Most on board RAID solutions are a combination of hardware/software. The CPU
takes a small hit, not as much as true software RAID. A stand alone hardware
controller has it's own CPU and has the potential to be significantly faster
than most on board solutions. What are you trying to accomplish? Knowing
this will make it easier to make a recommendation. If you are looking for
performance then any RAID 0 solution will be faster than a non RAID 0
system. In most cases the speed increase can be measured but it is not
significant enough that most users would notice a difference. The downside
is you are more than doubling your chances for data loss due to a disk
failure so you need a good backup strategy. If you are thinking of using
RAID 1 or 5 as a backup strategy this is not a good idea. They are for
redundancy in the case of a disk failure. You are not protected against data
corruption, hardware failures other than a disk, or environmental issues
like fires, power surges, theft, etc..
 
I am primarily interested in securing against a catastrophic disk failure.
I was thinking of a RAID 5 to do what I want. Yes I know there are many
things that can go wrong. I suppose the only way around some of those
issues is with a good backup procedure. But for now, I just want to ensure
my data does not die when 1 HDD fails.

Thanks for your response.

Tony
 
TonyK said:
I am primarily interested in securing against a catastrophic disk
failure. I was thinking of a RAID 5 to do what I want. Yes I know
there are many things that can go wrong. I suppose the only way
around some of those issues is with a good backup procedure. But for
now, I just want to ensure my data does not die when 1 HDD fails.


Your choice of course, but I'd like to echo what Kerry said below.

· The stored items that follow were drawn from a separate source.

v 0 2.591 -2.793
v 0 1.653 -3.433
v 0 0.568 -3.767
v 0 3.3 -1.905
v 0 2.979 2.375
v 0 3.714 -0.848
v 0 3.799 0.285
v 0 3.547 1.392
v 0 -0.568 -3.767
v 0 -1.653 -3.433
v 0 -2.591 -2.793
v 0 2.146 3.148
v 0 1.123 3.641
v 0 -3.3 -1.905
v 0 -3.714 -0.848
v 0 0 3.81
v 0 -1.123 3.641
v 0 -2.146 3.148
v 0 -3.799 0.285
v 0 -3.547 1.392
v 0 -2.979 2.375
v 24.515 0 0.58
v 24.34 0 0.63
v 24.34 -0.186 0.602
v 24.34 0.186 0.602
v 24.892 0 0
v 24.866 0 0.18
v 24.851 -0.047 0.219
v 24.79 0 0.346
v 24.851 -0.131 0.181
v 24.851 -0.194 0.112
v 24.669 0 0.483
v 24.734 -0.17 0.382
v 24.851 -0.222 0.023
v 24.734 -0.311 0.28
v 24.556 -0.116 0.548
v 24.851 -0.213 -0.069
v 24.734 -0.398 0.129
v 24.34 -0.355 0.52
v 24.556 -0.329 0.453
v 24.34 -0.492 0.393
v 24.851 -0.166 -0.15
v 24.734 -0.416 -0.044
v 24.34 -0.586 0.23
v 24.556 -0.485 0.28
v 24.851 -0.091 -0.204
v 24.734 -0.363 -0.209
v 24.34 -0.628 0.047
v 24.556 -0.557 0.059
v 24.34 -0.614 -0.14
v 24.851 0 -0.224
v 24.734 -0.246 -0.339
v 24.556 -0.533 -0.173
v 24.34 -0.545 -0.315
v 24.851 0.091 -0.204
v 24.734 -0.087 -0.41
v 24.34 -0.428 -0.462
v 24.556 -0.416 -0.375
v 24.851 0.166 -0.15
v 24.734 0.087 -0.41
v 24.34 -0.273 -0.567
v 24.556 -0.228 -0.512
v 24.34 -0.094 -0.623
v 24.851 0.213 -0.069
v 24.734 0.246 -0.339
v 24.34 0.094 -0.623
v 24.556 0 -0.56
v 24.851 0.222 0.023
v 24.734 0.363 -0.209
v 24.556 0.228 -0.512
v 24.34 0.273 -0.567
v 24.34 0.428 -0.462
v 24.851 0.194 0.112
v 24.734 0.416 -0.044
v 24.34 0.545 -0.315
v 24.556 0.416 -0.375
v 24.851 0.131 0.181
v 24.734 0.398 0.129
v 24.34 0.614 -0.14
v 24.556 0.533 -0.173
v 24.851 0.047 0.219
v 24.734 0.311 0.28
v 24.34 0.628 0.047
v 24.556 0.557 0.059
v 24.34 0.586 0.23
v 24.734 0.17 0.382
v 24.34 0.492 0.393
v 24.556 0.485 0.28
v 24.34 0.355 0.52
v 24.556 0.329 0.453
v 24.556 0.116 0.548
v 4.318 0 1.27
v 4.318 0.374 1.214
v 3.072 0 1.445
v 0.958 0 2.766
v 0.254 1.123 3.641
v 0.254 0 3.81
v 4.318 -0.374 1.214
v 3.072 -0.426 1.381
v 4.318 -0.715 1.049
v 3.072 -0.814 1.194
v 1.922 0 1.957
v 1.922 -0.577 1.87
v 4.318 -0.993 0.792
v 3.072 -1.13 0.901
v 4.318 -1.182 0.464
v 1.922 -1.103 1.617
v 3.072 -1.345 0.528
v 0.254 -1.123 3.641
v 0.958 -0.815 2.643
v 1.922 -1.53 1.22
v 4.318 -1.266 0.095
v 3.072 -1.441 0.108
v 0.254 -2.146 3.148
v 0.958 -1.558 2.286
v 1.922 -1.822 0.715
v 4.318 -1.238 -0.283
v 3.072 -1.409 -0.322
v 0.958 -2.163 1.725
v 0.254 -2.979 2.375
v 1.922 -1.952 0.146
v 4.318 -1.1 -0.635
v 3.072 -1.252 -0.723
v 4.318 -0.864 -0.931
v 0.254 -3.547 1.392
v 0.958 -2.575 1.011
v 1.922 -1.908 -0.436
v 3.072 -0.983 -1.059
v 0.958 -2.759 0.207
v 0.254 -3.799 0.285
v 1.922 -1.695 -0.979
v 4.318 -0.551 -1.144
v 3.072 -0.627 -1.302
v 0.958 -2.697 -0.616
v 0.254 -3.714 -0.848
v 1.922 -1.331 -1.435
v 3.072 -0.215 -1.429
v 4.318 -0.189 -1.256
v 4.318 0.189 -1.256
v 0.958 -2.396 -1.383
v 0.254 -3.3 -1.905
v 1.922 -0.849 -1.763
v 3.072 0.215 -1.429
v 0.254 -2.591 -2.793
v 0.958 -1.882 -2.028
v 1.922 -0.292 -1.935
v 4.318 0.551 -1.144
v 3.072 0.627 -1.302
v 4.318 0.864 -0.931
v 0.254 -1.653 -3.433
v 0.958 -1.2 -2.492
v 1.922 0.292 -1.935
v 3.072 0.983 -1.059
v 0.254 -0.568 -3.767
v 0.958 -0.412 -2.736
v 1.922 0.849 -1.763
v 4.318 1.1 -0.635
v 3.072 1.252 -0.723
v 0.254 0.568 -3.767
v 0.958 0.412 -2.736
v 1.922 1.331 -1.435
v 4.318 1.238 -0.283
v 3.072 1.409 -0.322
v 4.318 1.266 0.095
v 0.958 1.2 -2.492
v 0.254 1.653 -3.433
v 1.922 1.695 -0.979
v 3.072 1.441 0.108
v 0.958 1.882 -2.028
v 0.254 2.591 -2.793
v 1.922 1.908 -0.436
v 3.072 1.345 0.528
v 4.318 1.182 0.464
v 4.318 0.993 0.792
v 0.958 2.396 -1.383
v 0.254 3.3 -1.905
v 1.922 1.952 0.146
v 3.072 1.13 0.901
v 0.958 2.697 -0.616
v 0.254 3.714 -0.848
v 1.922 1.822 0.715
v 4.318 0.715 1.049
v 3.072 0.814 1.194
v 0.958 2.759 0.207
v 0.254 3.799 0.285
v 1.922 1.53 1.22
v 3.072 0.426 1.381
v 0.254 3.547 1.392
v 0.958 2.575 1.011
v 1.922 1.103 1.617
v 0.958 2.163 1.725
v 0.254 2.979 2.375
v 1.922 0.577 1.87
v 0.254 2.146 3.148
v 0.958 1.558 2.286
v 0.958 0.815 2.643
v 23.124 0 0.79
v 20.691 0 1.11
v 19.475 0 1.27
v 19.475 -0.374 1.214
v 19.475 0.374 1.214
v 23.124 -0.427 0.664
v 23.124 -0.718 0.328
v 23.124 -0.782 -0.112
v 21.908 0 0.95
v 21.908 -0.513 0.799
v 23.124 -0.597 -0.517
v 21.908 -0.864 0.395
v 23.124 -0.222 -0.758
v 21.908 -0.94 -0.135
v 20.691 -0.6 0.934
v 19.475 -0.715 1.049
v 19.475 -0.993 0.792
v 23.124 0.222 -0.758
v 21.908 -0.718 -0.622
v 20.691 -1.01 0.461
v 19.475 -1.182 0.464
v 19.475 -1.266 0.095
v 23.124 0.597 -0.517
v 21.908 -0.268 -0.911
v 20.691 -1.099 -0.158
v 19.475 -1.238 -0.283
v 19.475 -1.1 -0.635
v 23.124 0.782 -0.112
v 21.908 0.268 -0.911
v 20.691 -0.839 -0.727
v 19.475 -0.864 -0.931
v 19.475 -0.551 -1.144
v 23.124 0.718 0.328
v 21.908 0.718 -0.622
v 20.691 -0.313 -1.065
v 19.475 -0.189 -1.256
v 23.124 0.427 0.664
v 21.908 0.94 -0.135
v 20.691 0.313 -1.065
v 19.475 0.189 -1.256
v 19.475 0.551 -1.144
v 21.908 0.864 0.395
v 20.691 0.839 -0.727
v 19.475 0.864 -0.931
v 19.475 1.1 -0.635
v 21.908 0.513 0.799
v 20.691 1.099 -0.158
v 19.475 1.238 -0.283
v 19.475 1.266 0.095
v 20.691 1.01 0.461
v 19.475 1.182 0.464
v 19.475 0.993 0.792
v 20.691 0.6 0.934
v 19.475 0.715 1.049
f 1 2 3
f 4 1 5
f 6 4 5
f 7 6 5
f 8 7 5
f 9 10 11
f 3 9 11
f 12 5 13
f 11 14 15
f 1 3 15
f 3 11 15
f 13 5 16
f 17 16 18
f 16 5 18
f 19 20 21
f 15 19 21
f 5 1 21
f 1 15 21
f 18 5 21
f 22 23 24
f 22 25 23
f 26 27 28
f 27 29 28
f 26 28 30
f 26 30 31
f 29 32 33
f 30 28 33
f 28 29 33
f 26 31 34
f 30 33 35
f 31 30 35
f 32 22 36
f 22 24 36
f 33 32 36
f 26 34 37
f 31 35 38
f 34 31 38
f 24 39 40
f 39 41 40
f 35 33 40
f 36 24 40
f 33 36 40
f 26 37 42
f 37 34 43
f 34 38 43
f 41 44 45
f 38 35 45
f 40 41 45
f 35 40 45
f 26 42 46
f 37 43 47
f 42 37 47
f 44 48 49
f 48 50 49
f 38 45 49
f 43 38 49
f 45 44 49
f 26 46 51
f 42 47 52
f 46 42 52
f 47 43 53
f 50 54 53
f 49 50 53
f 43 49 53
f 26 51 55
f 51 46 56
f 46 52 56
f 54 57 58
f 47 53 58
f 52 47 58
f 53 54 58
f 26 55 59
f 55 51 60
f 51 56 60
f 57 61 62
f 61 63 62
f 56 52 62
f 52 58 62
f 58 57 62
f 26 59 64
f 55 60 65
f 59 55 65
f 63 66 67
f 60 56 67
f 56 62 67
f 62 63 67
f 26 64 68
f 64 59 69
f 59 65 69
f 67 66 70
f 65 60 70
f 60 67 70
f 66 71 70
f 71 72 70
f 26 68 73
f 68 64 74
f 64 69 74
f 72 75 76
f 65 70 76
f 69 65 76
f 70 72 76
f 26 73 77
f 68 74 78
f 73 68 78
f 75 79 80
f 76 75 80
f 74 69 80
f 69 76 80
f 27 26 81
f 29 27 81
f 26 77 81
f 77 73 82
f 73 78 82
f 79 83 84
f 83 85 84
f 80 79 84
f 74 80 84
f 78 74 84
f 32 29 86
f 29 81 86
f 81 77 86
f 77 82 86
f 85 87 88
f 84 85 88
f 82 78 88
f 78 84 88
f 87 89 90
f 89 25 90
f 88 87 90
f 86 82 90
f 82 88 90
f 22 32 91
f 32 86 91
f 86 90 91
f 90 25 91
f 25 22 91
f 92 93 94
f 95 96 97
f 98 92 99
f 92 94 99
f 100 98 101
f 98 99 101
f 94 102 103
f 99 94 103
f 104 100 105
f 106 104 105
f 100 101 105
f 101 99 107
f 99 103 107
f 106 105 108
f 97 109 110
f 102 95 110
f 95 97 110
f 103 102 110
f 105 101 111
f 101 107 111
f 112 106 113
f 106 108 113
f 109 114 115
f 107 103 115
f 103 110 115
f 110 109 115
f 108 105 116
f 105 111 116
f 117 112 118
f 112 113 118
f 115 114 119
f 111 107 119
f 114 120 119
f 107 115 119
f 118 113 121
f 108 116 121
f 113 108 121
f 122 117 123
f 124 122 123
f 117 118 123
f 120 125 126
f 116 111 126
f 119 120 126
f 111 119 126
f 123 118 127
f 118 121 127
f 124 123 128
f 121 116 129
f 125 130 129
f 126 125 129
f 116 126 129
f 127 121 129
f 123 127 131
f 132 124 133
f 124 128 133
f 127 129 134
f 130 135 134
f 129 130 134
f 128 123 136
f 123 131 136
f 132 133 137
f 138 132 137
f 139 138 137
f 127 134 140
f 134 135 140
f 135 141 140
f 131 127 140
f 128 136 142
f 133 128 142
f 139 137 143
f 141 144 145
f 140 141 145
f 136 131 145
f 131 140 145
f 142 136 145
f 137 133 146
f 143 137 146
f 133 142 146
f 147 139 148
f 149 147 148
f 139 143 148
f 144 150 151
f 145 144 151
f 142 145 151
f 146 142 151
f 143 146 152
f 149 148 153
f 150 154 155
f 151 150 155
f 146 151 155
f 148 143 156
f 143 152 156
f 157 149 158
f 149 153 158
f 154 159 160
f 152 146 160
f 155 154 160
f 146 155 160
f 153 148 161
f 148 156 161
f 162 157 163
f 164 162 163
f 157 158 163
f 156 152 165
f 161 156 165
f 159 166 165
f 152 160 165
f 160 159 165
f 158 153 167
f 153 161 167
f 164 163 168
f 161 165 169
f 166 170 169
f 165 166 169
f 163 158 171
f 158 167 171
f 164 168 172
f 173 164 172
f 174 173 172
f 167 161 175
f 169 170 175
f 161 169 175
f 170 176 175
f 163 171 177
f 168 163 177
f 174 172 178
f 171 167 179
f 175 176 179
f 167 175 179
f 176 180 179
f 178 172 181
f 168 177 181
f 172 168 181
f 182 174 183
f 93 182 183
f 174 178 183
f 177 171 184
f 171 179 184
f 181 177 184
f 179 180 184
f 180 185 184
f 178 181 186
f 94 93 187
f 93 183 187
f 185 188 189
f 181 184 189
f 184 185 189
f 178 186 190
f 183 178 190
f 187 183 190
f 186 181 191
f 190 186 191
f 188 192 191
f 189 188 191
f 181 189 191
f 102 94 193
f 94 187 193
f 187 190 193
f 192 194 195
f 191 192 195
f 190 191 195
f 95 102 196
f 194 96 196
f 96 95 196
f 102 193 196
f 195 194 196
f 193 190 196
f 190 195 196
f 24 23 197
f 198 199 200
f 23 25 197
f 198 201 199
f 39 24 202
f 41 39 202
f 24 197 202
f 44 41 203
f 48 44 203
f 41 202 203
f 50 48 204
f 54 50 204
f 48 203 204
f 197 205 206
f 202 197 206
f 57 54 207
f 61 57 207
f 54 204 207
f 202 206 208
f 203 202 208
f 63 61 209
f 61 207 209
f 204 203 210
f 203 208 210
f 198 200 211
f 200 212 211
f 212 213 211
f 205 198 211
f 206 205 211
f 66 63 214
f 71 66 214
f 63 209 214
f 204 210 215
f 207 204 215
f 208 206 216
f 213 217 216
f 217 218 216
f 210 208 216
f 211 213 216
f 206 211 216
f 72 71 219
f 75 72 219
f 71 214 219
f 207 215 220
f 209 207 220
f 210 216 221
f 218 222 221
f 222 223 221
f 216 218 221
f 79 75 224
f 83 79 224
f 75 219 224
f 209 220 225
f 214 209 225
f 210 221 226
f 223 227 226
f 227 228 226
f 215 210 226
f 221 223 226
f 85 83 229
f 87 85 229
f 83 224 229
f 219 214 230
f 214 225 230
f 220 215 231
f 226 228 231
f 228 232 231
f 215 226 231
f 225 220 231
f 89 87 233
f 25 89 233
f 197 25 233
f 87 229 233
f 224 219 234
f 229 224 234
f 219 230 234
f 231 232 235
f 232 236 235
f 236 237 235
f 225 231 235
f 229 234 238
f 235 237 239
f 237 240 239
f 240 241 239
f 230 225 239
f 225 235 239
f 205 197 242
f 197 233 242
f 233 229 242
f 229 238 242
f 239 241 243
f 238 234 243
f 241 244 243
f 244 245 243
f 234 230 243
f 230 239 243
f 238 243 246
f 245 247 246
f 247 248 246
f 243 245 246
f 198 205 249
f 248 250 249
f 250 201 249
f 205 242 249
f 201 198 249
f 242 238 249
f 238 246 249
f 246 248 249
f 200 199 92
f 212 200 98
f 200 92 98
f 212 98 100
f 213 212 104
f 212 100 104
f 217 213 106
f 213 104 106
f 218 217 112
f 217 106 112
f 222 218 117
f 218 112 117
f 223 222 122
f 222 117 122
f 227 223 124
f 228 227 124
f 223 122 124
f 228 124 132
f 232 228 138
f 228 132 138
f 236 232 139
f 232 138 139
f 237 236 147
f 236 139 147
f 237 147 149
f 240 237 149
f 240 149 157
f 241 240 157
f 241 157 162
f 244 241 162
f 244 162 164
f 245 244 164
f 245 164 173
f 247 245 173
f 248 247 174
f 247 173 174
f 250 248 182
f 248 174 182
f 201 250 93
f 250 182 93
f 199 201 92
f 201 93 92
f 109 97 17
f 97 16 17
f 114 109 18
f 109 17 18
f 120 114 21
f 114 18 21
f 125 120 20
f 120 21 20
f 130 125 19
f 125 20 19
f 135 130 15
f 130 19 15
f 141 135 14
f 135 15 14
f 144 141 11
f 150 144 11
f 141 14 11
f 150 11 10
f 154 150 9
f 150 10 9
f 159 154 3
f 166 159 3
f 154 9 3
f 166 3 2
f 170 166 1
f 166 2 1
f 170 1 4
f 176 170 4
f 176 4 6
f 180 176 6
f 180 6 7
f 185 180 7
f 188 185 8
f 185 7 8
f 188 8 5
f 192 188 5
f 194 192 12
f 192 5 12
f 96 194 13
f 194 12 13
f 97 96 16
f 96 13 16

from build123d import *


with BuildPart() as part:
    # Sketch1 → Revolve1 (revolve)
    with BuildSketch(Plane.XY, mode=Mode.PRIVATE) as revolve1_sk:
        with BuildLine():
            Line((0, -3.81), (0, 0))
            Line((0, 0), (24.892, 0))
            ThreePointArc((24.892, 0), (24.734418278, -0.418684593), (24.339884132, -0.629567487))
            Line((24.339884132, -0.629567487), (19.475316237, -1.27))
            Line((19.475316237, -1.27), (4.318, -1.27))
            ThreePointArc((4.318, -1.27), (1.921768792, -1.957230068), (0.254, -3.81))
            Line((0.254, -3.81), (0, -3.81))
        make_face()
    revolve(revolve1_sk.sketch.rotate(Axis((0, 0, 0), (1, 0, 0)), 270), axis=Axis((0, 0, 0), (1, 0, 0)))


solid = part.part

Using
RAID 5 may make it seem like your are ensuring that you data doesn't die,
but it doesn't really.
 
I would recommend RAID 1. Although RAID 5 can be done with as few as three
disks there is a performance penalty. RAID 5 really works best when you get
around five disks in the array. Most personal computers aren't designed for
this many hard drives.

Again, I caution you RAID is for fault tolerance and is not a substitute for
a backup plan. It is to keep a computer running when a hard drive fails
until down time can be scheduled to replace the failed drive. More data is
lost data from file system corruption than from failed hard drives.